Turkish lira hits record low on Erdoğan policy concerns
The lira slid to a record low in volatile trading after President Recep Tayyip Erdoğan predicted a decrease in interest rates and a stronger currency.
The lira fell to 4.98 per dollar early on Thursday, adding to losses of almost 5 percent the previous day. It bounced back to rise 0.4 percent to 4.86 by 5:27 p.m. in Istanbul. Losses this year total 23 percent.
The embattled currency is the worst performer in major emerging markets in 2018 after the Argentinian peso, which the government in Buenos Aires has propped up with an International Monetary Fund programme. Erdoğan’s call for lower interest rates and his appointment of his son-in-law to manage the economy under a strengthened presidency this week has spooked investors who point to inflation of 15.4 percent and a gaping current account deficit as evidence that the economy is overheating.
The central bank has raised its benchmark rate by 425 basis points to 17.75 percent since May, when Erdoğan first said he would lower rates and take more control over monetary policy should he win a new term in office on June 24. He emerged victorious from the election with 52 percent of the vote and has now tightened his grip on management of the economy by appointing Berat Albayrak, the husband of his daughter Esra, to head the Treasury and Finance Ministry. He also issued a decree giving himself direct authority to appoint the central bank chief and his deputies.
Erdoğan repeated his call for a reduction in interest rates on Wednesday, saying non-government banks as well as state-run enterprises should be ready to reduce loan costs. Central bank policymakers are next due to meet on rates on July 24. Most economists are expecting a substantial hike after inflation surged to the highest level since 2003.
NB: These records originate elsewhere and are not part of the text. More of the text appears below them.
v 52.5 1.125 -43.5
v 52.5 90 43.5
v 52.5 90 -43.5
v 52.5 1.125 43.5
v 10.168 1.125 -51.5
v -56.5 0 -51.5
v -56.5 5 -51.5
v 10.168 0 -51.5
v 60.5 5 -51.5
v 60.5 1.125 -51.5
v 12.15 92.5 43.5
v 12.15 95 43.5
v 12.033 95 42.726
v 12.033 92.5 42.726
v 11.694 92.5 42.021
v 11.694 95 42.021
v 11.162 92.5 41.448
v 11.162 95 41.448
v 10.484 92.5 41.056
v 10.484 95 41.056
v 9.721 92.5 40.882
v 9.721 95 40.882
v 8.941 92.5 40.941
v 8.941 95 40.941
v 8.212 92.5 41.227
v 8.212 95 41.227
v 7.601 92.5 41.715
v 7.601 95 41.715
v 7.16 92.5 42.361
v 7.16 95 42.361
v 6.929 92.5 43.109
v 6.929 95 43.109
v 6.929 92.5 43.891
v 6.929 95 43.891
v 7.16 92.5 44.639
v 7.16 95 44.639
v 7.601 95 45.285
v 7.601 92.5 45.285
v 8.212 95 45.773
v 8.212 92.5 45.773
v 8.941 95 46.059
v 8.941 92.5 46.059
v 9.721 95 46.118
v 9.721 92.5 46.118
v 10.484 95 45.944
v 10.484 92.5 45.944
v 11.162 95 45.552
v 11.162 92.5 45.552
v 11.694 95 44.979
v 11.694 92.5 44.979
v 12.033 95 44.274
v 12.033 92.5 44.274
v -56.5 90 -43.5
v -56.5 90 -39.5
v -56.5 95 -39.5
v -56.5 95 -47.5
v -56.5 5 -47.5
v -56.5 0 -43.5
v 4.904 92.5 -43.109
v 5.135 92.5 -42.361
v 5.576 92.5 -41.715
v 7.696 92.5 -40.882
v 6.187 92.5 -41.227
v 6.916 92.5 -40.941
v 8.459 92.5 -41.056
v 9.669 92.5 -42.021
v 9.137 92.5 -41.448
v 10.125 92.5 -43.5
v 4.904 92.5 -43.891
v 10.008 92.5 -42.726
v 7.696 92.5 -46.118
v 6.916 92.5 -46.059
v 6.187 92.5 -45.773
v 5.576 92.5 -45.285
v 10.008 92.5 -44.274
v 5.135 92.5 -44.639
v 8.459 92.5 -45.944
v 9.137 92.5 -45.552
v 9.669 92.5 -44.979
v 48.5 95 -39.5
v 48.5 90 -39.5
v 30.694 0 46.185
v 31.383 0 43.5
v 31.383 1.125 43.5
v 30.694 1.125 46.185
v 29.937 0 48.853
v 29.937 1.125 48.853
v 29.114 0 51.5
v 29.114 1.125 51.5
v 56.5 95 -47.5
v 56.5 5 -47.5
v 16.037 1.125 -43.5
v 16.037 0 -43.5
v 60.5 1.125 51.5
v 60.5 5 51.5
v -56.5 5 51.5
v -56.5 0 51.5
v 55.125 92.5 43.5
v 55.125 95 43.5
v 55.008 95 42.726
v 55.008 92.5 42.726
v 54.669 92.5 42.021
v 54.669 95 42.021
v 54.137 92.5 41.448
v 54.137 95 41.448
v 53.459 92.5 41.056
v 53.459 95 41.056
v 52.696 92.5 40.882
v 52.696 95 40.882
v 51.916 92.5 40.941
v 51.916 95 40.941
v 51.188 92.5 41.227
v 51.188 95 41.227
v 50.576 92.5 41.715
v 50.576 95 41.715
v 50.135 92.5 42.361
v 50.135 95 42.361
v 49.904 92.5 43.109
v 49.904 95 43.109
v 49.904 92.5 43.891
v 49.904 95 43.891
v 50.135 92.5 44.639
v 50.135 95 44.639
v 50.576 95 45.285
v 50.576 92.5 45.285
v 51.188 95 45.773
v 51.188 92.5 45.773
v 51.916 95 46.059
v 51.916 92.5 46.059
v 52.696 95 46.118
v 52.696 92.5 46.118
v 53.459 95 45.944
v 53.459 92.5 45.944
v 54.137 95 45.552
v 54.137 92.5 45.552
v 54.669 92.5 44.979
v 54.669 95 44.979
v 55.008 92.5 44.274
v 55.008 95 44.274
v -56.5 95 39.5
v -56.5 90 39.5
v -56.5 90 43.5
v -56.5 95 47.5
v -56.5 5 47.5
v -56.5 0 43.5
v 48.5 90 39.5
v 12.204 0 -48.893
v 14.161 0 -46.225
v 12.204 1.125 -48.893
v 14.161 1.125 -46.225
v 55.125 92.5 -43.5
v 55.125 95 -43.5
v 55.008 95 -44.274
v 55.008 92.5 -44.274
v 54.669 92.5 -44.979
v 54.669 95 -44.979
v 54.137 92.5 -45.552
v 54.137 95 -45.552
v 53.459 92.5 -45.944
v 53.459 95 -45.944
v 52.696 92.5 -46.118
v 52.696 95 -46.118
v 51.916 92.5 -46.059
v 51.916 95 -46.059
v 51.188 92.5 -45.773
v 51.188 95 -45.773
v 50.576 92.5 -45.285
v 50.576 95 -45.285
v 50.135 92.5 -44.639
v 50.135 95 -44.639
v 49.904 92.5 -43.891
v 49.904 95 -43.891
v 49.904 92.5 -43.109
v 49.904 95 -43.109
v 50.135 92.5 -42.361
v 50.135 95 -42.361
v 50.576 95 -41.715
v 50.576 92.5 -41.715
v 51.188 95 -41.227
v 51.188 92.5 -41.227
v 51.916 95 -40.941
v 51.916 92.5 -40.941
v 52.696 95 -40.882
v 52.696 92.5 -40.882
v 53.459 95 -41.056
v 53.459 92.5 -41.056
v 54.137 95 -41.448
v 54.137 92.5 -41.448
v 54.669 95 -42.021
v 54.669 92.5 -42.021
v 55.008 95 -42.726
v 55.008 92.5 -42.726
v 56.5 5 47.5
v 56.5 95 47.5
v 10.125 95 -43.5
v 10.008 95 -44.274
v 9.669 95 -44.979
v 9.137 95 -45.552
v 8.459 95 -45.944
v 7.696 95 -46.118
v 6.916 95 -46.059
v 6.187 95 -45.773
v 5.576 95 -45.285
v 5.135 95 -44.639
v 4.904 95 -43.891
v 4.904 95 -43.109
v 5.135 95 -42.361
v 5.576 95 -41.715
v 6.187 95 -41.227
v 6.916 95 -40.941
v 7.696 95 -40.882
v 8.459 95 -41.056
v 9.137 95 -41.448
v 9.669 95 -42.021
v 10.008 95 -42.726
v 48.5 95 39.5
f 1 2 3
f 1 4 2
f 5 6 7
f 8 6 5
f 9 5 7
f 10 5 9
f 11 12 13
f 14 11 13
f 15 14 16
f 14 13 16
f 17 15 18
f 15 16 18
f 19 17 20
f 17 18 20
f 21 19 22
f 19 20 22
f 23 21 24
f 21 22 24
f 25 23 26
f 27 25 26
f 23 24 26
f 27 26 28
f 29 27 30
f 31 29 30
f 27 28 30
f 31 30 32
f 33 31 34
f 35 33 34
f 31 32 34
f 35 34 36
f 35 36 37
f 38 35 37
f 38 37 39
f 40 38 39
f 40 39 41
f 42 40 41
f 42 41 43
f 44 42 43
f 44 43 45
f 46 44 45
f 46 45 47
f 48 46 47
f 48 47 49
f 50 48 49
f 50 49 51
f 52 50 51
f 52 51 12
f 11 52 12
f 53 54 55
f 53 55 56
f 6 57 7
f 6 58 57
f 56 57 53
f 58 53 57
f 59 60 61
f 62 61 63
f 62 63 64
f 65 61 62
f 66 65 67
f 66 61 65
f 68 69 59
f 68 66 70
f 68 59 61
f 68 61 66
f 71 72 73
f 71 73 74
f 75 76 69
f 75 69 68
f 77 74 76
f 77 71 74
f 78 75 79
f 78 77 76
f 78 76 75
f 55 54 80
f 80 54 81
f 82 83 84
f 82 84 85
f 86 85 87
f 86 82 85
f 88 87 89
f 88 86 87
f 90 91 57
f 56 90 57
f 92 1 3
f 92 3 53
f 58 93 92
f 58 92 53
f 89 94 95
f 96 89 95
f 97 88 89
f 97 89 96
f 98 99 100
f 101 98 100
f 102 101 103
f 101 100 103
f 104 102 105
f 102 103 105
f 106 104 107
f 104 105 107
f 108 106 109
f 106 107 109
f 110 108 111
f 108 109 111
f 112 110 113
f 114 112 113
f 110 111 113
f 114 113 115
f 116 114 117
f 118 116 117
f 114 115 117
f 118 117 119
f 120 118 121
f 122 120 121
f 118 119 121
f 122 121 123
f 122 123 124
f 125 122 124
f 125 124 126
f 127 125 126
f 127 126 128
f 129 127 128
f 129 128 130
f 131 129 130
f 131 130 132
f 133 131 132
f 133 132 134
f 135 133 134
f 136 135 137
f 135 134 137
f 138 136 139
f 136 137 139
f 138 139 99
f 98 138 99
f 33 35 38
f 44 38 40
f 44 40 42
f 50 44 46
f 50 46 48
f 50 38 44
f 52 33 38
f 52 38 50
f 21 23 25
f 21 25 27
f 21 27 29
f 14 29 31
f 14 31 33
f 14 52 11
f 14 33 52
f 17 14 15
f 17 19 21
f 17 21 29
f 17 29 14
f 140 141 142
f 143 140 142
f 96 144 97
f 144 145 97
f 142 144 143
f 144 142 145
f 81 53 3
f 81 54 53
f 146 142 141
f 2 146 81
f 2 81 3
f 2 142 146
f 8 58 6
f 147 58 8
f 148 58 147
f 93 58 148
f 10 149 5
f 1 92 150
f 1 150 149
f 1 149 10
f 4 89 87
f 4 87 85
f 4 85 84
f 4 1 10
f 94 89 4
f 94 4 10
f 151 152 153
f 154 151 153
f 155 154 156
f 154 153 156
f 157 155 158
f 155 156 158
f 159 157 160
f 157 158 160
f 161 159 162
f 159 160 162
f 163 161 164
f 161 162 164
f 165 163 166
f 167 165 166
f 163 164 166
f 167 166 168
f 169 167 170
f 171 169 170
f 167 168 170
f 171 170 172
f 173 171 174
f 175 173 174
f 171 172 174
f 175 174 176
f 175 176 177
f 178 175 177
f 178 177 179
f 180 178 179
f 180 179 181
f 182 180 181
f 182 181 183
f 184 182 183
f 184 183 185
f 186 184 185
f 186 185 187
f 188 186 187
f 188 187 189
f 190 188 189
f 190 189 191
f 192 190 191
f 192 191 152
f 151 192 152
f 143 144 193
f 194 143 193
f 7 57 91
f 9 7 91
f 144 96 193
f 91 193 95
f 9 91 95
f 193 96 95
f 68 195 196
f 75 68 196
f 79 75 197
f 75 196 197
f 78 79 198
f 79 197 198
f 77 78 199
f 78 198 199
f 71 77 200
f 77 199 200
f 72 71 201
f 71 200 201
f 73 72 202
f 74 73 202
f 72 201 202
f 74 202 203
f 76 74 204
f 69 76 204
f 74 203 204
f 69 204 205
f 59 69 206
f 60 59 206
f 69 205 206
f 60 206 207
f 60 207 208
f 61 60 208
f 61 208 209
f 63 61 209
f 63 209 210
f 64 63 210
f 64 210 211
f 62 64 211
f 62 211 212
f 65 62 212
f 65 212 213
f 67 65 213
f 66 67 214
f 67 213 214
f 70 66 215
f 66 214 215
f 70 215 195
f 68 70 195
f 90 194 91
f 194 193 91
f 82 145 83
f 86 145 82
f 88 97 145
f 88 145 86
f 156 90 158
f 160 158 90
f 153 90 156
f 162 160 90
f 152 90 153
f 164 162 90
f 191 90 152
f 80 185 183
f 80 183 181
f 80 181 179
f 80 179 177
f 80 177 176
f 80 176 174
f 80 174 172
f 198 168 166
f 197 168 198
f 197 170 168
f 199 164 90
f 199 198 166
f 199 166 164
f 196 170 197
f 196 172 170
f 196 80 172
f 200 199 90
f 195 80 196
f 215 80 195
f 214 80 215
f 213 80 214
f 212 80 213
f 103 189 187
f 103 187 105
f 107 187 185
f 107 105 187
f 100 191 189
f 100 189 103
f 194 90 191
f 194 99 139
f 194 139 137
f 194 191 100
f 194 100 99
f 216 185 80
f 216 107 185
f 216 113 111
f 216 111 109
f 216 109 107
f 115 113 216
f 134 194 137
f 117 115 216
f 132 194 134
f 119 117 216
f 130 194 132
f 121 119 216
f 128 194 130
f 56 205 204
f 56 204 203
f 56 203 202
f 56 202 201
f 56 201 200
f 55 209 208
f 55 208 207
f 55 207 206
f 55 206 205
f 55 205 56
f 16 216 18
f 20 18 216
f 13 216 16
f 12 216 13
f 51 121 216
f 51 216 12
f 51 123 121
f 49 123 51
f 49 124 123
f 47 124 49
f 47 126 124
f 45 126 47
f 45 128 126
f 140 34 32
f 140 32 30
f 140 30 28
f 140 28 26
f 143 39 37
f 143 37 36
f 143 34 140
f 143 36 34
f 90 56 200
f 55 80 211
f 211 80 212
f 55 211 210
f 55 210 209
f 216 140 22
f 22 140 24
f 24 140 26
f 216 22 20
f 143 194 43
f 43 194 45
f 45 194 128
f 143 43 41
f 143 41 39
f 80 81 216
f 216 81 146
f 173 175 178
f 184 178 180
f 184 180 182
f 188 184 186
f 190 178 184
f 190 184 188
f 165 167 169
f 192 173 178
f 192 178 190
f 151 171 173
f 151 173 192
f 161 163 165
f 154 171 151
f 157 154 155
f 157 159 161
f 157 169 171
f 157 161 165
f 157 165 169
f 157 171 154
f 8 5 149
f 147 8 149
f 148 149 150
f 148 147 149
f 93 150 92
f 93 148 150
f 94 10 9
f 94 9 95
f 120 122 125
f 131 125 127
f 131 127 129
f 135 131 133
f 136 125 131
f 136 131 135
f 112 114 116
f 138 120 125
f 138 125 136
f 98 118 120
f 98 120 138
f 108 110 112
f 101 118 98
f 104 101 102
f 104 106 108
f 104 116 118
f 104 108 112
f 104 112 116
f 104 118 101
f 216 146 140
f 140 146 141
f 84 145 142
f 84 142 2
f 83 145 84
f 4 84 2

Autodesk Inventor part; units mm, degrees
ref_plane "YZ Plane" through (0, 0, 0) normal (1, 0, 0) x (0, 1, 0)
ref_plane "XZ Plane" through (0, 0, 0) normal (0, 1, 0) x (-1, 0, 0)
ref_plane "XY Plane" through (0, 0, 0) normal (0, 0, 1) x (1, 0, 0)
sketch "Sketch8" plane through (0, 0, 0) normal (0, 1, 0) x (-1, 0, 0)
  line L0 (-56.5, -47.5) -> (56.5, -47.5)
  line L1 (56.5, -47.5) -> (56.5, 47.5)
  line L2 (56.5, 47.5) -> (-56.5, 47.5)
  line L3 (-56.5, 47.5) -> (-56.5, -47.5)
  line L4 (-56.5, -47.5) -> (56.5, 47.5) construction
  line L5 (56.5, -47.5) -> (-56.5, 47.5) construction
  point P0 (0, 0)
  dimension "d26" = 113
  dimension "d27" = 95
extrude "Extrusion7" add sketch "Sketch8" along normal blind 95
sketch "Sketch9" plane through (0, 0, 0) normal (0, -1, 0) x (1, 0, 0)
  line L0 (-56.5, 47.5) -> (56.5, 47.5) projected
  line L1 (-56.5, -47.5) -> (56.5, -47.5)
  line L2 (56.5, -47.5) -> (56.5, 47.5)
  line L3 (56.5, 47.5) -> (-56.5, 47.5)
  line L4 (-56.5, 47.5) -> (-56.5, -47.5)
  line L5 (-56.5, -47.5) -> (56.5, 47.5) construction
  line L6 (56.5, -47.5) -> (-56.5, 47.5) construction
  line L7 (52.5, 43.5) -> (52.5, -43.5)
  line L8 (52.5, -43.5) -> (-56.5, -43.5)
  line L9 (-56.5, 43.5) -> (52.5, 43.5)
  line L10 (48.5, -39.5) -> (48.5, 39.5)
  line L11 (48.5, 39.5) -> (-56.5, 39.5)
  line L12 (-56.5, -39.5) -> (48.5, -39.5)
  line L13 (-54.3018, -43.5) -> (-54.3018, -45.6519)
  line L14 (-54.3018, 45.6519) -> (-54.3018, 43.5)
  line L15 (-49.9386, 39.5) -> (-49.9386, 41.9838)
  line L16 (-49.9386, -41.9838) -> (-49.9386, -39.5)
  point P0 (0, 0)
  dimension "d30" = 4
  dimension "d31" = 4
  dimension "d47" = 4
  dimension "d48" = 4
  dimension "d49" = 4
  dimension "d50" = 4
extrude "Extrusion8" cut sketch "Sketch9" against normal blind 115 contours L11 L10 L12 L4
extrude "Extrusion9" cut sketch "Sketch9" against normal blind 90 contours L9 L7 L8 L4 L12 L10 L11
sketch "Sketch10" plane through (0, 0, 0) normal (0, -1, 0) x (1, 0, 0)
  line L0 (56.5, -47.5) -> (-56.5, -47.5)
  line L1 (-56.5, -47.5) -> (-56.5, 47.5)
  line L2 (-56.5, 47.5) -> (56.5, 47.5)
  line L3 (56.5, 47.5) -> (56.5, -47.5)
  line L4 (56.5, -47.5) -> (-56.5, 47.5) construction
  line L5 (-56.5, -47.5) -> (56.5, 47.5) construction
  line L6 (-60.5, 51.5) -> (-60.5, -51.5)
  line L7 (-60.5, -51.5) -> (60.5, -51.5)
  line L8 (60.5, -51.5) -> (60.5, 51.5)
  line L9 (60.5, 51.5) -> (-60.5, 51.5)
  line L10 (-56.5, 47.5) -> (-60.5, 47.5)
  line L11 (-56.5, -47.5) -> (-60.5, -47.5)
  line L12 (-56.5, 47.5) -> (-56.5, 51.5)
  line L13 (-56.5, -47.5) -> (-56.5, -51.5)
  point P0 (0, 0)
  dimension "d36" = 4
Investors, concerned by Erdoğan’s insistence on pro-growth economic policies despite a sell-off this year in emerging markets, have begun talking about a possible IMF standby accord for Turkey, which would be its 20th agreement with the fund. They point to the current account deficit, which has widened to 6.5 percent of GDP, and the central bank’s net reserves of less than $30 billion. Data on Wednesday showed the deficit widening to 6.5 percent of GDP, well above levels found in other large developing countries.
Also on Wednesday, Erdoğan said he was certain the lira would strengthen against the dollar and that his decisions on the economy would not be dictated by the foreign media.
Observers of Turkey were left stunned on Monday night after Erdoğan appointed Albayrak, his former energy minister, to head his economic team. Mehmet Şimşek, the respected Merrill Lynch economist who was deputy prime minister in charge of the economy, was not given a position in Erdoğan’s new cabinet. Nor was ex-Finance Minister Naci Agbal, another investor favourite.
“With Şimşek and Agbal gone there is now no one left to communicate with the market - Albayrak needs to figure out ASAP that this should be his role,” said Tim Ash, senior emerging markets strategist at Blue Bay Asset Management in London.
Following his re-election on June 24, Erdoğan took over the remaining executive functions of the state in a new, enhanced presidential system of government. The position of prime minister was abolished in a constitutional change narrowly approved in a referendum in April 2017.
The concern is Albayrak does not have the credentials to steer the economy. His tenure as energy minister saw power companies run up billions of dollars in debts as they borrowed cash to fund buyouts and expansion. Government caps on energy prices also eroded their bottom lines. Some firms, including Bereket Enerji, a power company, are now applying to banks to re-negotiate their loans and are seeking buyers for their assets.
Erdoğan also appointed Mustafa Varank, a close personal adviser who oversaw a pro-government social media team on Twitter and elsewhere, as industry minister, the other key economy portfolio.
Banks in Turkey are running low on financing for new lending as non-performing loans rise and companies look to renegotiate the terms of more than $220 billion in net foreign currency loans, mostly sourced locally.
Yildiz Holding, the maker of Godiva chocolates, is among other Turkish corporations that have applied to banks to refinance their borrowing. Turk Telekom, the country’s biggest phone company, was taken over by several local and foreign banks last week, after its owner, Saudi Oger, failed to repay billions of dollars in debt.